- For scalar random effects (i.e. random effects with only one term, where the estimated parameter is a single variance value) a singular fit indeed means that the variance is zero.
- For bivariate random effects such as a random slopes term, we are estimating a 2 $\times$ 2 covariance matrix; a singular fit may manifest itself as an estimate of zero for either variance (in which case the correlation is undefined), or a correlation of +/- 1.
- For more random effects with dimension >2, a singular fit need not show up as either variances equal to zero or correlations equal to +/-1.
A definition of a singular matrix from MathWorld:
A square matrix that does not have a matrix inverse. A matrix is singular iff [if and only if] its determinant is 0.
Complex mixed-effect models (i.e., those with a large number of
variance-covariance parameters) frequently result in singular
fits, i.e. estimated variance-covariance matrices with less than
["Less than full rank" is synonymous with the definition above]
Less technically, this means that some "dimensions" of
the variance-covariance matrix have been estimated as exactly
zero.
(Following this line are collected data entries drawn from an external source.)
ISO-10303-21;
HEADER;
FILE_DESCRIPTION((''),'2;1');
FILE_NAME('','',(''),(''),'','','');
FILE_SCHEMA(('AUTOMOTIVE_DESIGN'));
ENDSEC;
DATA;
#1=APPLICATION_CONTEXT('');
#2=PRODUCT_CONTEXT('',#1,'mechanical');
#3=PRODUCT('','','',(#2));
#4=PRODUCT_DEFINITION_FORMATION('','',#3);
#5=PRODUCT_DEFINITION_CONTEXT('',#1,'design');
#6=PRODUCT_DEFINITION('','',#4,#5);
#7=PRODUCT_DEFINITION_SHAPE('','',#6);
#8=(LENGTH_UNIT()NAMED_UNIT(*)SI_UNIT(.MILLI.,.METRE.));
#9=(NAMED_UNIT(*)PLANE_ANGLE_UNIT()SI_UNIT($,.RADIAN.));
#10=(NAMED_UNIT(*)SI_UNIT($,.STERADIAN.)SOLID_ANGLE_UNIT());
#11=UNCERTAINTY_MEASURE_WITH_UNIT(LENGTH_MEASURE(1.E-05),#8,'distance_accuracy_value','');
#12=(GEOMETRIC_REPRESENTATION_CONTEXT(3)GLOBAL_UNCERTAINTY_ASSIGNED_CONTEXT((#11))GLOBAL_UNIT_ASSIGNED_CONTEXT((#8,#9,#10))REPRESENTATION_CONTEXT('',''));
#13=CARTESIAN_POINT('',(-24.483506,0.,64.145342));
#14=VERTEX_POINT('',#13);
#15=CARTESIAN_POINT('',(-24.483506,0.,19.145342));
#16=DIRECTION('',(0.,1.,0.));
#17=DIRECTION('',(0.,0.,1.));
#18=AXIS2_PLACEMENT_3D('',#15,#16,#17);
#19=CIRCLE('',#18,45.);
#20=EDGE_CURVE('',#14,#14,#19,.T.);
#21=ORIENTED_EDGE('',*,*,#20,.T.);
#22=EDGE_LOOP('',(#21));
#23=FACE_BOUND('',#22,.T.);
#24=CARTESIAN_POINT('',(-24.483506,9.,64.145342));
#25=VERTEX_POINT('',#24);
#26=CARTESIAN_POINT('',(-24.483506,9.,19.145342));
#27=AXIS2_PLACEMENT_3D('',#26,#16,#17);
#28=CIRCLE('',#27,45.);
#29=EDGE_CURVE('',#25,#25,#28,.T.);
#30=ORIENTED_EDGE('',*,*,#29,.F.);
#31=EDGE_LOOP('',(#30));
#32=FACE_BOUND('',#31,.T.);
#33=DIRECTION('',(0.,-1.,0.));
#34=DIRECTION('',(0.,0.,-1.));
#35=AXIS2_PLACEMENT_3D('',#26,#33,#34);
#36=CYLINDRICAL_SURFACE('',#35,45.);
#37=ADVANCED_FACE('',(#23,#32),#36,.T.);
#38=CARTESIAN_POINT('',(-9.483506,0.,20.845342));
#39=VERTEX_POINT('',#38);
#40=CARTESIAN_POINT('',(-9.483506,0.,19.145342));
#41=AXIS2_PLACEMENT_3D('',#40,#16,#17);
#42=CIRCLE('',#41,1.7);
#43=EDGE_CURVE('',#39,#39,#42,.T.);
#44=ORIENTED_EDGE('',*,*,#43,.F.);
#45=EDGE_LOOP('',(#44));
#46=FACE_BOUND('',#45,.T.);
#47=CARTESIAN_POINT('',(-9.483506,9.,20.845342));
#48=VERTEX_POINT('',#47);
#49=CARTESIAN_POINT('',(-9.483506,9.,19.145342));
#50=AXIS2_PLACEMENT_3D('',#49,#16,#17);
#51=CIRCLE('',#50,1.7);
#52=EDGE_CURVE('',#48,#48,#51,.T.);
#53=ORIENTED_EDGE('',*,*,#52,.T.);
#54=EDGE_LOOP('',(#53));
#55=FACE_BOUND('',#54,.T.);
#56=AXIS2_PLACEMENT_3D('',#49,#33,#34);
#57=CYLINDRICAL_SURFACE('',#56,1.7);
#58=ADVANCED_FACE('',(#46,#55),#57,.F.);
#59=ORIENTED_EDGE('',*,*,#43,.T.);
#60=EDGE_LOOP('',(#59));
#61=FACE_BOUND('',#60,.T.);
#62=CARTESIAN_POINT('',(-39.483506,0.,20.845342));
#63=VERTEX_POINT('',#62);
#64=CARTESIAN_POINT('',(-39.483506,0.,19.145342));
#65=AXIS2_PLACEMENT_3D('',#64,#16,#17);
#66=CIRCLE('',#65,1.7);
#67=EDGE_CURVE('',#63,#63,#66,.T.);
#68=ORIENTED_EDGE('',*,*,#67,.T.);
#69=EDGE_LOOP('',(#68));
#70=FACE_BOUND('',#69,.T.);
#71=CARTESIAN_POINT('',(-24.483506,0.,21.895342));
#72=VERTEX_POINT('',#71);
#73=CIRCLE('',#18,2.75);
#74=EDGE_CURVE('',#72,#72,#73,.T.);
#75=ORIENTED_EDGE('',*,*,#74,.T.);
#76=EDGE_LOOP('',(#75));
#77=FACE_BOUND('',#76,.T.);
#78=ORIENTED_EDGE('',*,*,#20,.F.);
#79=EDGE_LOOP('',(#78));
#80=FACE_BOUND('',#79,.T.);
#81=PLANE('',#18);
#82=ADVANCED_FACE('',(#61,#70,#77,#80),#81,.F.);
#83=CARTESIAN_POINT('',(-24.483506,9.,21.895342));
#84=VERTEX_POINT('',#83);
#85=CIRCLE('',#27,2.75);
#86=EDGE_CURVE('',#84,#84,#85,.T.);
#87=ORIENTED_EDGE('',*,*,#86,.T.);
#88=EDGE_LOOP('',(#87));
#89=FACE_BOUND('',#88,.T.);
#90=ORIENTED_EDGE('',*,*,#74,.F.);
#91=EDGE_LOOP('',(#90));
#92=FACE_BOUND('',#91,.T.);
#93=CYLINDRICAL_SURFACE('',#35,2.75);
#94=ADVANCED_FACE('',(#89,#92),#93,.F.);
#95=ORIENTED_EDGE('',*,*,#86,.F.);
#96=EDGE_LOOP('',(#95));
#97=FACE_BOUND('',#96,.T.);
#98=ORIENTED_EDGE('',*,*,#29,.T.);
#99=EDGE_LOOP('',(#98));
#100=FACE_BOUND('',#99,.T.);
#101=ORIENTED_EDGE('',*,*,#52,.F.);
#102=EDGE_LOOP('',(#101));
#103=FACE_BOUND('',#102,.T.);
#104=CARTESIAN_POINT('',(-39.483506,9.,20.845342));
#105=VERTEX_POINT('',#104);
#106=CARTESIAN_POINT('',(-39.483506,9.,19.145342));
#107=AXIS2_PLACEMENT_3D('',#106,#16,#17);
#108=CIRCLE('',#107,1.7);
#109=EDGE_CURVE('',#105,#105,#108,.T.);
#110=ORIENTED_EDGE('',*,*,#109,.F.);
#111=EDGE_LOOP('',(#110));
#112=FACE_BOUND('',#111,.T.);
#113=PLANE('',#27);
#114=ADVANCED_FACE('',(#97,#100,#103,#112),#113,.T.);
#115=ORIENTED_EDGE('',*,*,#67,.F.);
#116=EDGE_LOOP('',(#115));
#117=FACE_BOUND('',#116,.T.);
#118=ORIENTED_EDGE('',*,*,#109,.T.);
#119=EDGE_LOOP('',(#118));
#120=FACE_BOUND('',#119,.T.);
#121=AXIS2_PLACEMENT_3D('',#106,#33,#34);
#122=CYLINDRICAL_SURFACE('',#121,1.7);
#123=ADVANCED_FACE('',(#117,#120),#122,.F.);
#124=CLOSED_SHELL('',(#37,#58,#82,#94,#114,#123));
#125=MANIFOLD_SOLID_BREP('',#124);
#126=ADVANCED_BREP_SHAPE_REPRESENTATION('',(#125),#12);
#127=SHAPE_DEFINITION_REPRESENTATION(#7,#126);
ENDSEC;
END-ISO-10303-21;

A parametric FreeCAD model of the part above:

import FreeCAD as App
import Part
import Sketcher
from FreeCAD import Vector

doc = App.newDocument("Part")
body = doc.addObject("PartDesign::Body", "Body")

# Sketch on XZ plane
sketch1 = body.newObject("Sketcher::SketchObject", "Sketch")
sketch1.AttachmentSupport = (doc.getObject("XZ_Plane"), [""])
sketch1.MapMode = "FlatFace"
sketch1.addGeometry([
    Part.Circle(Vector(-24.5, 19.1, 0), Vector(0, 0, 1), 45),
    Part.Circle(Vector(-39.5, 19.1, 0), Vector(0, 0, 1), 1.7),
    Part.Circle(Vector(-9.5, 19.1, 0), Vector(0, 0, 1), 1.7),
    Part.Circle(Vector(-24.5, 19.1, 0), Vector(0, 0, 1), 2.8),
], False)
sketch1.addConstraint([
    Sketcher.Constraint("Coincident", 3, 3, 0, 3),
    Sketcher.Constraint("Equal", 1, 2),
    Sketcher.Constraint("Horizontal", 0, 3, 1, 3),
    Sketcher.Constraint("Horizontal", 1, 3, 2, 3),
    Sketcher.Constraint("Diameter", 0, 90.0),
    Sketcher.Constraint("Diameter", 1, 3.4),
    Sketcher.Constraint("Diameter", 3, 5.5),
    Sketcher.Constraint("DistanceX", 1, 3, 0, 3, 15.0),
    Sketcher.Constraint("DistanceX", 0, 3, 2, 3, 15.0),
    Sketcher.Constraint("DistanceY", -1, 1, 0, 3, 19.145342),
    Sketcher.Constraint("DistanceX", 0, 3, -1, 1, 24.483506),
])
pad1 = body.newObject("PartDesign::Pad", "Pad")
pad1.Profile = sketch1
pad1.Length = 9
pad1.Reversed = True

doc.recompute()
For scalar random effects such as intercept-only models, or
2-dimensional random effects such as intercept+slope models,
singularity is relatively easy to detect because it leads to
random-effect variance estimates of (nearly) zero, or estimates of
correlations that are (almost) exactly -1 or 1. However, for more
complex models (variance-covariance matrices of dimension >=3)
singularity can be hard to detect; models can often be singular
without any of their individual variances being close to zero or
correlations being close to +/-1.
Failure to converge is a separate issue; it means the optimizer thinks it might not have found a best fit, not that the best fit didn't correspond to a singular covariance matrix.